Input for this task:

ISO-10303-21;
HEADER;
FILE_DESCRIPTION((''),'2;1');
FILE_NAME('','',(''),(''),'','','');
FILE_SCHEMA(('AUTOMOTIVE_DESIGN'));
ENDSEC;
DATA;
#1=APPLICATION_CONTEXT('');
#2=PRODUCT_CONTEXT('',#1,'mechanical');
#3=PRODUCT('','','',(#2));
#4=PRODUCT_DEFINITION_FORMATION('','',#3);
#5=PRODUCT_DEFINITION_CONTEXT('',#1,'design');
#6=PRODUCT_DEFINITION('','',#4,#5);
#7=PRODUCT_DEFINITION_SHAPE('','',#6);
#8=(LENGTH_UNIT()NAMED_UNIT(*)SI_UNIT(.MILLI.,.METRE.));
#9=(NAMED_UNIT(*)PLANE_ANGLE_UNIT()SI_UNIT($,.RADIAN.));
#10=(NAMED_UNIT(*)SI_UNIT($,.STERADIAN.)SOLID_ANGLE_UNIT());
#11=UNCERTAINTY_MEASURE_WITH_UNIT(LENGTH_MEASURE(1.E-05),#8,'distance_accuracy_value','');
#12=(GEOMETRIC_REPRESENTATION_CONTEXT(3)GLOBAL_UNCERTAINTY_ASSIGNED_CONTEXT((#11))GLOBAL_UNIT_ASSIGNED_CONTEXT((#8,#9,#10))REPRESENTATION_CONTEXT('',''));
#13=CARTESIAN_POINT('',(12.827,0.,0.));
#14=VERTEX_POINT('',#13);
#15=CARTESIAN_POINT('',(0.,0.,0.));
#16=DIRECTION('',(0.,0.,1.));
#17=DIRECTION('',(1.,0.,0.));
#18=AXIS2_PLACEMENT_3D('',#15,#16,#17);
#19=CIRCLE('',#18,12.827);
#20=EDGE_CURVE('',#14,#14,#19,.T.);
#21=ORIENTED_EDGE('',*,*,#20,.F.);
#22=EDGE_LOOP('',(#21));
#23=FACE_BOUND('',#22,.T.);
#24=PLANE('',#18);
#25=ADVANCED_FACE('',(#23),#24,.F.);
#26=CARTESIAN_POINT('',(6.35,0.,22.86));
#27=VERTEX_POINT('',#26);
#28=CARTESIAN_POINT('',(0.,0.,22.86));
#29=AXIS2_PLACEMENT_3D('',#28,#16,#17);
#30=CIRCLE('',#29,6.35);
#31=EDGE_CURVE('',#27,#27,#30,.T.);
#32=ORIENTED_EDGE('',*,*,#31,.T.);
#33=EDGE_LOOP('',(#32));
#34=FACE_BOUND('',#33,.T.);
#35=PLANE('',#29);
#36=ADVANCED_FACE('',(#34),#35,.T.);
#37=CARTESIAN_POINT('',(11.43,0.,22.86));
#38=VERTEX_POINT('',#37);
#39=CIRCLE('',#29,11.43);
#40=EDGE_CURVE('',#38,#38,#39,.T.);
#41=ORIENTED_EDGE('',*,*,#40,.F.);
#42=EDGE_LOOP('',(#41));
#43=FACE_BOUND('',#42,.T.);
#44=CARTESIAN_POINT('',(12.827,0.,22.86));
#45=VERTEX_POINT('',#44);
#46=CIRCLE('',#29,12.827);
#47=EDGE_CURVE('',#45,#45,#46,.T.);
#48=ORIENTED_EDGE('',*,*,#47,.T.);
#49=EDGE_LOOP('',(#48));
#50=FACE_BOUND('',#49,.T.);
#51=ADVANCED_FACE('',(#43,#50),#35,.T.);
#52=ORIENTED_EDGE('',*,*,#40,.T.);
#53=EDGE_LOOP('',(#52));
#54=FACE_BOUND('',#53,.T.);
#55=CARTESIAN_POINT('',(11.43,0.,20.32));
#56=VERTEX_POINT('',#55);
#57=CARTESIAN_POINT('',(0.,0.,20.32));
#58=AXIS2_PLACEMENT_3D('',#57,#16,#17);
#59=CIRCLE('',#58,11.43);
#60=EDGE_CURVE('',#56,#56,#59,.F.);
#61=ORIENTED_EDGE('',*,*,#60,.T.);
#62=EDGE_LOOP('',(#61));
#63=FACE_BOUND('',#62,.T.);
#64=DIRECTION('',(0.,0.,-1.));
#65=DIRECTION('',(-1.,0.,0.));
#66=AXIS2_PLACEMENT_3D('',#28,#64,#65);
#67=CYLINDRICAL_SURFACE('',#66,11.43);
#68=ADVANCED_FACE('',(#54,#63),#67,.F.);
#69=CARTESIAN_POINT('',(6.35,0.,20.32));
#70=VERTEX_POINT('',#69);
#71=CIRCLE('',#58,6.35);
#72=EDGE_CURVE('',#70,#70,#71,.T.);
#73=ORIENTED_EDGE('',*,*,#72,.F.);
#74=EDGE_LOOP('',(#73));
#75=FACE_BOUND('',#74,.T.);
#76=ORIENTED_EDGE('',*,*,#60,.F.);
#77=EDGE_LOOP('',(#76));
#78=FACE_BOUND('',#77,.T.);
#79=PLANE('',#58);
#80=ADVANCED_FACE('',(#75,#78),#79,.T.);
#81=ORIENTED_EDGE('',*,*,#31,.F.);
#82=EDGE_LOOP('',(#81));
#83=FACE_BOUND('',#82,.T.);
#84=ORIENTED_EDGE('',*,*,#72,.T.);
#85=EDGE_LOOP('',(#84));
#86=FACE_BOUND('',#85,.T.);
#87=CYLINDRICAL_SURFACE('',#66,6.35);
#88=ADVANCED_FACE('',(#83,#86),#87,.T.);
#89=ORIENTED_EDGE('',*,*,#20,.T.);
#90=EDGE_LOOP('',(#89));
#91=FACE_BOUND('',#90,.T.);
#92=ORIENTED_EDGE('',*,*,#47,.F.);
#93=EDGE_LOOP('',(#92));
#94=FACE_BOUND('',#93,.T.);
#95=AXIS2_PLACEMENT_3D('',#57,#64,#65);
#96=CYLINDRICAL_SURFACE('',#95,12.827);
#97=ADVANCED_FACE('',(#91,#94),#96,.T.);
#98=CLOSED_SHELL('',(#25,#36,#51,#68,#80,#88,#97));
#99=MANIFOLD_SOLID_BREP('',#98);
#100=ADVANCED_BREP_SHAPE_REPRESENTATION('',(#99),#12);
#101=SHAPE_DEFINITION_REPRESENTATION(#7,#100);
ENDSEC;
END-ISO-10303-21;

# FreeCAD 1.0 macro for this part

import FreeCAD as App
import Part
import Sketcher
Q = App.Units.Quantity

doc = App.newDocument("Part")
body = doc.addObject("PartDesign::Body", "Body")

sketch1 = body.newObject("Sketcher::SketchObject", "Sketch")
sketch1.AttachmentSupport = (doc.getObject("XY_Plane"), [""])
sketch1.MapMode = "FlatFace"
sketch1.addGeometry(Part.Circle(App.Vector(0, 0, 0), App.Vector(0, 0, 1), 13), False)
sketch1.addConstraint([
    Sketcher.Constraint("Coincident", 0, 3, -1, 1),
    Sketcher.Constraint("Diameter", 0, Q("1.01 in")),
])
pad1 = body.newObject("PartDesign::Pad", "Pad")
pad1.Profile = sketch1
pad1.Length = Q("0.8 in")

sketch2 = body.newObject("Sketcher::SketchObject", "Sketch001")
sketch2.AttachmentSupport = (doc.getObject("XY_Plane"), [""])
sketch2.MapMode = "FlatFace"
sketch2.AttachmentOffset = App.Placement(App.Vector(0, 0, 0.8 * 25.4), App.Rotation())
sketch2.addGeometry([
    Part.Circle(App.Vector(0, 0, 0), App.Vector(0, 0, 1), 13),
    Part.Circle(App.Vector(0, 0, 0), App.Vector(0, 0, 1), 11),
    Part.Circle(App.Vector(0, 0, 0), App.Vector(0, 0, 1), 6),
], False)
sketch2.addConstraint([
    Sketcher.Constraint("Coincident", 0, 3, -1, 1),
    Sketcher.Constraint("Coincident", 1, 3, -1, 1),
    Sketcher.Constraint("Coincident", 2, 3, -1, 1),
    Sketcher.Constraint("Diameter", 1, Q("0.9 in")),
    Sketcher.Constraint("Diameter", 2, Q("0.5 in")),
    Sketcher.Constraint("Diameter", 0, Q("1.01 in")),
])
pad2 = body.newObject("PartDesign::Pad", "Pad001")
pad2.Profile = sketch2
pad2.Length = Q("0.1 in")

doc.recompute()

Problem:
Only the lines from the beginning of the listing through the line containing "#4=PRODUCT_DEFINITION_FORMATION('','',#3);" are wanted, each restated word for word.

Result of the exercise:
ISO-10303-21;
HEADER;
FILE_DESCRIPTION((''),'2;1');
FILE_NAME('','',(''),(''),'','','');
FILE_SCHEMA(('AUTOMOTIVE_DESIGN'));
ENDSEC;
DATA;
#1=APPLICATION_CONTEXT('');
#2=PRODUCT_CONTEXT('',#1,'mechanical');
#3=PRODUCT('','','',(#2));
#4=PRODUCT_DEFINITION_FORMATION('','',#3);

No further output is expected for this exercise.